4. Obamacare. The sweeping plan for “universal” health insurance sought, fundamentally, to make individuals dependent on the state, the better to open the door to even more sweeping changes. But it was the process of passing the bill that caused the real damage. To pass Obamacare, Obama bent and broke procedural rules; lied, repeatedly, about the policy; disguised a tax as a fee; and bullied the Supreme Court into compliance. It was the first major entitlement passed without bipartisan support.
5. Debt ceiling. Few of the Republicans who rode the Tea Party wave in 2010 made an issue out of the debt ceiling. But the Obama administration believed that a confrontation would help it regain full control of Congress.
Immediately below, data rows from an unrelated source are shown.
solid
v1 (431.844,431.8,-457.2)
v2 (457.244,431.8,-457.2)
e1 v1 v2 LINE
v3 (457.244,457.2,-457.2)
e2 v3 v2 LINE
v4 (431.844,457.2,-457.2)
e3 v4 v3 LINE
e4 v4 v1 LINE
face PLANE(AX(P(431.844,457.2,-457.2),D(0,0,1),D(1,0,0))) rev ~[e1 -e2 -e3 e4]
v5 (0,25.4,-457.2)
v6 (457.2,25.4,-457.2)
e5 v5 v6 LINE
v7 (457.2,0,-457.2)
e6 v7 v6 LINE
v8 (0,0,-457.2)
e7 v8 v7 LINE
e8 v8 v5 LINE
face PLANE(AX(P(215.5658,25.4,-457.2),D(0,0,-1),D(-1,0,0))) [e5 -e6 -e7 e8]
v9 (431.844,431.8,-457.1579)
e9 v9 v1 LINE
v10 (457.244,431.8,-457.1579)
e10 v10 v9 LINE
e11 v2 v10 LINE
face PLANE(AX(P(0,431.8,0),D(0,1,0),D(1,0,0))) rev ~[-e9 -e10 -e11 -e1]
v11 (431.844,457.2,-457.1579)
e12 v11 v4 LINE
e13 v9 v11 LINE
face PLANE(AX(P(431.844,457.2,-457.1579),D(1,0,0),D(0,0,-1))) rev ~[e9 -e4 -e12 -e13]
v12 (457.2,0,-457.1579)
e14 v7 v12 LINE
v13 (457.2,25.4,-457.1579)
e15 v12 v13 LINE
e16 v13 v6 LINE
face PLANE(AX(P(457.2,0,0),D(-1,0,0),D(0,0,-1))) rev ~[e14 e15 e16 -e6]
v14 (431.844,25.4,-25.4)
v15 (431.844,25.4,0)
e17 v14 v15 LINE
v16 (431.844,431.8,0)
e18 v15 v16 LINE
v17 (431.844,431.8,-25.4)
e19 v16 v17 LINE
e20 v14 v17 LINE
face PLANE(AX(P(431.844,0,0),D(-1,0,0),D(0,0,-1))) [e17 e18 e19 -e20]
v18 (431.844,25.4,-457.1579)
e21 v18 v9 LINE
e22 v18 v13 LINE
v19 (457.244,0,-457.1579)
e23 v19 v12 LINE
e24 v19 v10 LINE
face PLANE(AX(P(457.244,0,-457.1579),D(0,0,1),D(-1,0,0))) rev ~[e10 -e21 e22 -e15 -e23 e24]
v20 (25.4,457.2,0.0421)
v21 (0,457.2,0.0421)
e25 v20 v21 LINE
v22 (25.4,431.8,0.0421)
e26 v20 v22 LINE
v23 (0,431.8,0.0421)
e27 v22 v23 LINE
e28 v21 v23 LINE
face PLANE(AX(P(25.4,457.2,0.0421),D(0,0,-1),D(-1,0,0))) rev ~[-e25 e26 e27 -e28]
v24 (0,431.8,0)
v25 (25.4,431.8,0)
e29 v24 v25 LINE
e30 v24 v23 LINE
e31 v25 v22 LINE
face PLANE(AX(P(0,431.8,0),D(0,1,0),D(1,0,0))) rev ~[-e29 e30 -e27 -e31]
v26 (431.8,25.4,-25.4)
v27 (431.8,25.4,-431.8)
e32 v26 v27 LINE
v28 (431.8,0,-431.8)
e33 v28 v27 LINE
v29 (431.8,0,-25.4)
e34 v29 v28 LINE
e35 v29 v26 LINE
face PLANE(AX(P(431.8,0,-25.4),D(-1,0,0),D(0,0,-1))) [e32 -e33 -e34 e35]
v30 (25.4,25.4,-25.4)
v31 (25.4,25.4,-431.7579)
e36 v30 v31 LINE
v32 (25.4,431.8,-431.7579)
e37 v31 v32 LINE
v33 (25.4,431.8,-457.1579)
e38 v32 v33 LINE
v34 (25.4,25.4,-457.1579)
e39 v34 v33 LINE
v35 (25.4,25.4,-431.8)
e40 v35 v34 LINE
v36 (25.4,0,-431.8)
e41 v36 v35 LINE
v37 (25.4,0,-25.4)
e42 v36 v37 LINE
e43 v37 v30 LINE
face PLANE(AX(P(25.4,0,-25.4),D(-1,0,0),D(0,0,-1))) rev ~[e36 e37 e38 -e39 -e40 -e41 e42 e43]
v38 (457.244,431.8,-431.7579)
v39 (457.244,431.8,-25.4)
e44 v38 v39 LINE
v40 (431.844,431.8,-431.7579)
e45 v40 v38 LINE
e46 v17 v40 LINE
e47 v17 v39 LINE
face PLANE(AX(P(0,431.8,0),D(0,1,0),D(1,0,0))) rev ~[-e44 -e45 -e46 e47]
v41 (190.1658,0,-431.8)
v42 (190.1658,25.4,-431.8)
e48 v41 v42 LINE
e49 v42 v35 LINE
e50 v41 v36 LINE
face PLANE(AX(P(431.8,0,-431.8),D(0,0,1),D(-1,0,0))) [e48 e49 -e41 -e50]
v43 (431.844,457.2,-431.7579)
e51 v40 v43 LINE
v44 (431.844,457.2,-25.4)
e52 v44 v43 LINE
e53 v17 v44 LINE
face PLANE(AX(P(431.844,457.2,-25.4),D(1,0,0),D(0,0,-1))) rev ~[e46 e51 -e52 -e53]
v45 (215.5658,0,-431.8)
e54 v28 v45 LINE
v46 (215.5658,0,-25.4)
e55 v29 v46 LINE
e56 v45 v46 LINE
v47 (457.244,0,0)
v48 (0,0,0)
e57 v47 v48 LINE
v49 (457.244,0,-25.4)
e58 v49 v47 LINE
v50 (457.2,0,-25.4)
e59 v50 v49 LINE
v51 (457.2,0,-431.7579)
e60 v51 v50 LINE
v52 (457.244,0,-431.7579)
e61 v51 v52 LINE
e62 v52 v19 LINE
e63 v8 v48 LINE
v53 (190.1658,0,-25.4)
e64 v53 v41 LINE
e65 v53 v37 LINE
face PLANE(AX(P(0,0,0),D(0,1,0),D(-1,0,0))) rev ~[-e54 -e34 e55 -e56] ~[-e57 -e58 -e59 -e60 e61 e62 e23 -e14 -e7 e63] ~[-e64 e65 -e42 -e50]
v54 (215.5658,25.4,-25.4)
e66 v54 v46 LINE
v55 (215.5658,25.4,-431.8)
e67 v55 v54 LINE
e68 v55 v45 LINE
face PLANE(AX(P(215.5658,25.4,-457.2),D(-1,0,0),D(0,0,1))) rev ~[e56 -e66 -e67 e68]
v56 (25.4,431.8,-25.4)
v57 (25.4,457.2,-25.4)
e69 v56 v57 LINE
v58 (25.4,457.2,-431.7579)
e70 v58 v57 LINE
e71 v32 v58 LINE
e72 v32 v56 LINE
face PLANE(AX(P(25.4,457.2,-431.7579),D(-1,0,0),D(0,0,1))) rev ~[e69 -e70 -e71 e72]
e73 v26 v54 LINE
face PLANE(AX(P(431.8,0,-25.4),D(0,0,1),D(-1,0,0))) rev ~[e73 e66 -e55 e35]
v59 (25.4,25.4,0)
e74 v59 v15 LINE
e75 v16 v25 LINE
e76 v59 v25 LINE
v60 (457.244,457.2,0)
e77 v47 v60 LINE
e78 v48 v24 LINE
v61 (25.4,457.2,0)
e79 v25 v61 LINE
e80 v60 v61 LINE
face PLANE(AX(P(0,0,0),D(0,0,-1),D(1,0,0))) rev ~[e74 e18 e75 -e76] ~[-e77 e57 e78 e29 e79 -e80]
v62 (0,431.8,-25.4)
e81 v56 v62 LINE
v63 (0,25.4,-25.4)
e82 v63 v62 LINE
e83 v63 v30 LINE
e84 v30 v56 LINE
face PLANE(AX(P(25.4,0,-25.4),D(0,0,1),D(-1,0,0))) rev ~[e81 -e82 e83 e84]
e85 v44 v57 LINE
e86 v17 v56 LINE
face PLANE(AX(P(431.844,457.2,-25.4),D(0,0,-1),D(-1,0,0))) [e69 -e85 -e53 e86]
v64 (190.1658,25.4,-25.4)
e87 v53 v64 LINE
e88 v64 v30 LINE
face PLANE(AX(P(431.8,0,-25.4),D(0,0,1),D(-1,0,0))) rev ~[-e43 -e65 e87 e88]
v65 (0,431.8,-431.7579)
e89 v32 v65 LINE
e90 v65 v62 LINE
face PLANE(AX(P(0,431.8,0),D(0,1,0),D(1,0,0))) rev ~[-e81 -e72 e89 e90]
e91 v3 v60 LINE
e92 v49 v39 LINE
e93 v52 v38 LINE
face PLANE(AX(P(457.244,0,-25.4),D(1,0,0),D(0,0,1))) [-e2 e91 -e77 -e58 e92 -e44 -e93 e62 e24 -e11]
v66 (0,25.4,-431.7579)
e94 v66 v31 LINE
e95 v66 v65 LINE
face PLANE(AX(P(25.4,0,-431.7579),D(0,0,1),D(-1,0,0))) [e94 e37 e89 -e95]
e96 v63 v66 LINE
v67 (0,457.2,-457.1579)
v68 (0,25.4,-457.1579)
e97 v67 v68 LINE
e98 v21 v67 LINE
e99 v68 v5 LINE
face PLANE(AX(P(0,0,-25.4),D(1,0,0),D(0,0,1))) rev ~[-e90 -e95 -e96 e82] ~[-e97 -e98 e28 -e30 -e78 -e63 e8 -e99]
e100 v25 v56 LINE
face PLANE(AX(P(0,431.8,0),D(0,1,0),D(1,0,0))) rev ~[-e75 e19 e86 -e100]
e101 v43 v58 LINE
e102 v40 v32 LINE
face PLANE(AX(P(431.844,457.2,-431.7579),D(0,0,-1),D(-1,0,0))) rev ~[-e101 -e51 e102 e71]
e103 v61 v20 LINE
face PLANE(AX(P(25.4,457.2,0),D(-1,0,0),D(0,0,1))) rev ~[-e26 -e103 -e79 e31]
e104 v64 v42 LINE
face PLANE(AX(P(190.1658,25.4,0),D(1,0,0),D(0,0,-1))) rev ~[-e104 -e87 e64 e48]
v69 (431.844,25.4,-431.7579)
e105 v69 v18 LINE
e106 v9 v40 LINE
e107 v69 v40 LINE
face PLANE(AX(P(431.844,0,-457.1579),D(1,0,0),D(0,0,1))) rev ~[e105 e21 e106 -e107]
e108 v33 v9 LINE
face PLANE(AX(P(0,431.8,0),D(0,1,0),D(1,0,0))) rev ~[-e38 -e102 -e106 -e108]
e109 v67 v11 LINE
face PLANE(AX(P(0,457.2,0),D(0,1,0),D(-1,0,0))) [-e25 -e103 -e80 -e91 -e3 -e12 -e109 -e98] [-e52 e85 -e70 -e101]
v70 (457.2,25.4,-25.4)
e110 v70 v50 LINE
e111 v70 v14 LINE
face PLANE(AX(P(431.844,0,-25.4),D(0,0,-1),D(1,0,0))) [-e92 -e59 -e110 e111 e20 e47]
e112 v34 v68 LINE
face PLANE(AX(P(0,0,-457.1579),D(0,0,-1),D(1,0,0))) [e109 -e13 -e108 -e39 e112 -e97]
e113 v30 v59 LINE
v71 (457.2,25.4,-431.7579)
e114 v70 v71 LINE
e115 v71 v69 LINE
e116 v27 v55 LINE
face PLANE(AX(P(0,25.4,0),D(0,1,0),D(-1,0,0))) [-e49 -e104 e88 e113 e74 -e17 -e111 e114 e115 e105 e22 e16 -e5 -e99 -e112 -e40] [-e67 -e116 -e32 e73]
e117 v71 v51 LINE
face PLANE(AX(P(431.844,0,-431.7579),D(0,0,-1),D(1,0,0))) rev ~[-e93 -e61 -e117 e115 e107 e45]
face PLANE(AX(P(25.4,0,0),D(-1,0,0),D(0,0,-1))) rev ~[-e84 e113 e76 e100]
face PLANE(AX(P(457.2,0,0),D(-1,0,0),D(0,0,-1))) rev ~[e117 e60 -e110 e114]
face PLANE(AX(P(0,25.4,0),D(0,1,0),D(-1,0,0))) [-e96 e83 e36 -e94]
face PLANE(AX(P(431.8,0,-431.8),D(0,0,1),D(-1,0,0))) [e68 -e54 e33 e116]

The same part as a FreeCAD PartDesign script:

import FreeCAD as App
import Part
import Sketcher
Q = App.Units.Quantity


def add_polygon(sketch, points):
    """Adds a closed chain of lines whose ends are joined by coincident constraints."""
    first, n = sketch.GeometryCount, len(points)
    for a, b in zip(points, points[1:] + points[:1]):
        sketch.addGeometry(Part.LineSegment(App.Vector(*a, 0), App.Vector(*b, 0)), False)
    for i in range(n):
        sketch.addConstraint(Sketcher.Constraint("Coincident", first + i, 2, first + (i + 1) % n, 1))

doc = App.newDocument("Part")
body = doc.addObject("PartDesign::Body", "Body")

# Sketch on XZ plane
sketch1 = doc.addObject("Sketcher::SketchObject", "Sketch")
body.addObject(sketch1)
sketch1.AttachmentSupport = (doc.XZ_Plane, [""])
sketch1.MapMode = "FlatFace"
add_polygon(sketch1, [(0, 0), (457, 0), (457, -457), (0, -457)])  # lines 0-3
add_polygon(sketch1, [(25, -25), (25, -432), (432, -432), (432, -25)])  # lines 4-7
sketch1.addConstraint([
    Sketcher.Constraint("Horizontal", 0),
    Sketcher.Constraint("Vertical", 1),
    Sketcher.Constraint("Horizontal", 2),
    Sketcher.Constraint("Vertical", 3),
    Sketcher.Constraint("Vertical", 4),
    Sketcher.Constraint("Horizontal", 5),
    Sketcher.Constraint("Vertical", 6),
    Sketcher.Constraint("Horizontal", 7),
    Sketcher.Constraint("Coincident", 3, 2, -1, 1),
    Sketcher.Constraint("Equal", 2, 1),
    Sketcher.Constraint("Equal", 7, 4),
    Sketcher.Constraint("DistanceX", 0, 1, 0, 2, Q("18 in")),
    Sketcher.Constraint("DistanceX", -1, 1, 4, 2, Q("1 in")),
    Sketcher.Constraint("DistanceY", 6, 2, -1, 1, Q("1 in")),
    Sketcher.Constraint("DistanceY", 2, 2, 4, 2, Q("1 in")),
])
pad1 = doc.addObject("PartDesign::Pad", "Pad")
body.addObject(pad1)
pad1.Profile = sketch1
pad1.Length = Q("1 in")
pad1.Reversed = True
So it picked a fight over the debt, and forced a confrontation in the summer of 2011 that brought the country to the brink of default. Obama scuttled a “grand bargain” with Republicans by demanding higher taxes. The result: a hated budget “sequester” and a credit downgrade.
6. Benghazi. Presidents had lied to the country before about national security incidents: the Iran-Contra scandal, for example, left a stain on Ronald Reagan’s legacy. But no previous American president had abandoned Americans to die abroad without putting up a fight or making a serious effort to punish the perpetrators. In fact, in the heat of battle, Obama went to sleep and flew to a political fundraiser in Las Vegas the next day. It was an unprecedented abdication of his commander-in-chief role.
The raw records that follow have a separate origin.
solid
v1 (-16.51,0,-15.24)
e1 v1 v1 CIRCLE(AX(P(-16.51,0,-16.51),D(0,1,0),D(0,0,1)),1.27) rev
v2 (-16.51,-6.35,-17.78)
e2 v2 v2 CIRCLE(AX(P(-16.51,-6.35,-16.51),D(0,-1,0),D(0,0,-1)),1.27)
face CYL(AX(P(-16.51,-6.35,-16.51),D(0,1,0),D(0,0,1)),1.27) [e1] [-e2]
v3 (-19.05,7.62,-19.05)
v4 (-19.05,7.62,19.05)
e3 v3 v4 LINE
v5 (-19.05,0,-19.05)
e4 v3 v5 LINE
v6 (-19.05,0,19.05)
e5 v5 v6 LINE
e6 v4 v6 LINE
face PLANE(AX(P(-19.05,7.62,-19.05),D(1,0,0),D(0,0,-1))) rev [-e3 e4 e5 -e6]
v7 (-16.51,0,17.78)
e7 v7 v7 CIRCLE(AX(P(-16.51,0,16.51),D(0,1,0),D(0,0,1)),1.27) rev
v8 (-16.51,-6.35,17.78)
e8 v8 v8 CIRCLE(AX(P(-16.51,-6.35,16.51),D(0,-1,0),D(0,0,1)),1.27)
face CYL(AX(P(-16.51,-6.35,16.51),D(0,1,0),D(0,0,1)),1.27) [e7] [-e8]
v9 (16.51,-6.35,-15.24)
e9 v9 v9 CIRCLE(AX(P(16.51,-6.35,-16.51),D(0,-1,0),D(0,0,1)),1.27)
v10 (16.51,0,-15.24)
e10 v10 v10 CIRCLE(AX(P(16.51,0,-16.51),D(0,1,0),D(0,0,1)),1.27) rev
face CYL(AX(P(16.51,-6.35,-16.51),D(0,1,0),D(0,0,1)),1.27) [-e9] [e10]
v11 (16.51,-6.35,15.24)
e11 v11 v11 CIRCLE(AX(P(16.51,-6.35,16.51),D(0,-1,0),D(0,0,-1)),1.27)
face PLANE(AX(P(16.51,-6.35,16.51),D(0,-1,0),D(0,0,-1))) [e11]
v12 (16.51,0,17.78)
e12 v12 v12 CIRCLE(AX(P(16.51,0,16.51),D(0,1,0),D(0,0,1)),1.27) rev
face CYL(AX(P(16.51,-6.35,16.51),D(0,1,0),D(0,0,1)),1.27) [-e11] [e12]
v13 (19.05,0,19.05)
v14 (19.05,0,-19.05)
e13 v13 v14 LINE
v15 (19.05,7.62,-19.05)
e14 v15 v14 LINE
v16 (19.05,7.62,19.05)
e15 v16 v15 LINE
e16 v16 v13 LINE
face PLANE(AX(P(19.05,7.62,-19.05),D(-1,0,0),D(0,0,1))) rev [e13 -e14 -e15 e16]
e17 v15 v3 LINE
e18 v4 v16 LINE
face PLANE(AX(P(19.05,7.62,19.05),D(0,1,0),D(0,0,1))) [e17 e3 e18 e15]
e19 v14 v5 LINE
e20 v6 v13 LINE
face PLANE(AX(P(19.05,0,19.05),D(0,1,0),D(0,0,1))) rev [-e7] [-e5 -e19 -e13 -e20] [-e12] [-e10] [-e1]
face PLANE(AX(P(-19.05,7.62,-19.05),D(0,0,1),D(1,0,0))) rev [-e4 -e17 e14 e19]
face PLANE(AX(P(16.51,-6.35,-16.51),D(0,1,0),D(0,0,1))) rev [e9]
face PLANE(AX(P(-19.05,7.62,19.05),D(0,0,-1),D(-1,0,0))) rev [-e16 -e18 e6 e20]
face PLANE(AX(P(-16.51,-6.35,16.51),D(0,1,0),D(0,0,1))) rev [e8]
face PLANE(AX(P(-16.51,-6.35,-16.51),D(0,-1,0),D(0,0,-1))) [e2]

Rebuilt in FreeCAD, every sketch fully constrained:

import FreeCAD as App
import Part
import Sketcher
from FreeCAD import Vector
Q = App.Units.Quantity

doc = App.newDocument("Part")
body = doc.addObject("PartDesign::Body", "Body")

# Sketch on XZ plane
sketch1 = doc.addObject("Sketcher::SketchObject", "Sketch")
body.addObject(sketch1)
sketch1.AttachmentSupport = (doc.XZ_Plane, [""])
sketch1.MapMode = "FlatFace"
sketch1.addGeometry([
    Part.LineSegment(Vector(-19, -19, 0), Vector(-19, 19, 0)),
    Part.LineSegment(Vector(-19, 19, 0), Vector(19, 19, 0)),
    Part.LineSegment(Vector(19, 19, 0), Vector(19, -19, 0)),
    Part.LineSegment(Vector(19, -19, 0), Vector(-19, -19, 0)),
], False)
sketch1.addConstraint([
    Sketcher.Constraint("Coincident", 0, 2, 1, 1),
    Sketcher.Constraint("Coincident", 1, 2, 2, 1),
    Sketcher.Constraint("Coincident", 2, 2, 3, 1),
    Sketcher.Constraint("Coincident", 3, 2, 0, 1),
    Sketcher.Constraint("Vertical", 0),
    Sketcher.Constraint("Horizontal", 1),
    Sketcher.Constraint("Vertical", 2),
    Sketcher.Constraint("Horizontal", 3),
    Sketcher.Constraint("Symmetric", 0, 2, 2, 2, -1, 1),
    Sketcher.Constraint("Equal", 3, 0),
    Sketcher.Constraint("DistanceX", 1, 1, 1, 2, Q("1.5 in")),
])
pad1 = doc.addObject("PartDesign::Pad", "Pad")
body.addObject(pad1)
pad1.Profile = sketch1
pad1.Length = Q("0.3 in")
pad1.Reversed = True

# Sketch on XZ plane
sketch2 = doc.addObject("Sketcher::SketchObject", "Sketch001")
body.addObject(sketch2)
sketch2.AttachmentSupport = (doc.XZ_Plane, [""])
sketch2.MapMode = "FlatFace"
sketch2.addGeometry([
    Part.Circle(Vector(16.5, 16.5, 0), Vector(0, 0, 1), 1.3),
    Part.Circle(Vector(16.5, -16.5, 0), Vector(0, 0, 1), 1.3),
    Part.Circle(Vector(-16.5, -16.5, 0), Vector(0, 0, 1), 1.3),
    Part.Circle(Vector(-16.5, 16.5, 0), Vector(0, 0, 1), 1.3),
], False)
sketch2.addConstraint([
    Sketcher.Constraint("Equal", 0, 1),
    Sketcher.Constraint("Equal", 1, 2),
    Sketcher.Constraint("Equal", 2, 3),
    Sketcher.Constraint("Symmetric", 0, 3, 2, 3, -1, 1),
    Sketcher.Constraint("Symmetric", 1, 3, 3, 3, -1, 1),
    Sketcher.Constraint("Symmetric", 1, 3, 2, 3, -2),
    Sketcher.Constraint("Diameter", 0, Q("0.1 in")),
    Sketcher.Constraint("DistanceY", 1, 3, 0, 3, Q("1.3 in")),
    Sketcher.Constraint("DistanceX", 2, 3, 1, 3, Q("1.3 in")),
])
pad2 = doc.addObject("PartDesign::Pad", "Pad001")
body.addObject(pad2)
pad2.Profile = sketch2
pad2.Length = Q("0.25 in")

doc.recompute()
7. IRS scandal. Encouraged by Obama’s attacks on “dark money” and conservative political donors, the Internal Revenue Service began singling out conservative non-profit organizations for excessive scrutiny, denying them the ability to operate during the crucial 2012 elections, and trying to pry loose private information on their donors, their meetings, and even the content of their prayers. To this day, no Obama administration official has been punished for that horrific abuse of power.
8. AP scandal. Despite the media’s ongoing love affair with Obama, the administration targeted journalists for harassment, surveillance and prosecution. In one case, the Department of Justice seized phone records from the Associated Press; in another, the DOJ searched the emails of Fox News reporter James Rosen and his family. Congress later found Attorney General Eric Holder misled it when he told them in May 2013 he had not been involved in potential prosecution of the media.
9. Iran deal. After resisting sanctions on Iran, and holding off on any real action against the Iranian regime when it faced mass protests in 2009, Obama made a deal with Iran in 2015 that removed most sanctions in exchange for a mere temporary slowdown in the Iranian nuclear program. Worse, he refused to submit it to the Senate for ratification in accordance with the Constitution’s Treaty Clause, and Democrats blocked a weaker effort to submit the deal to an overall congressional vote.
10. Executive action on immigration. Obama abused prosecutorial discretion in 2012 in announcing “Deferred Action for Children of Americans” (DACA) in 2012, even after Congress declined to pass legislation on “Dreamers.” But the real offense came after the 2014 elections, when Obama defied the electorate and announced an “executive amnesty” — “Deferred Action for Parents of Americans” (DAPA) — that he himself said dozens of times was unconstitutional (he lost in the courts).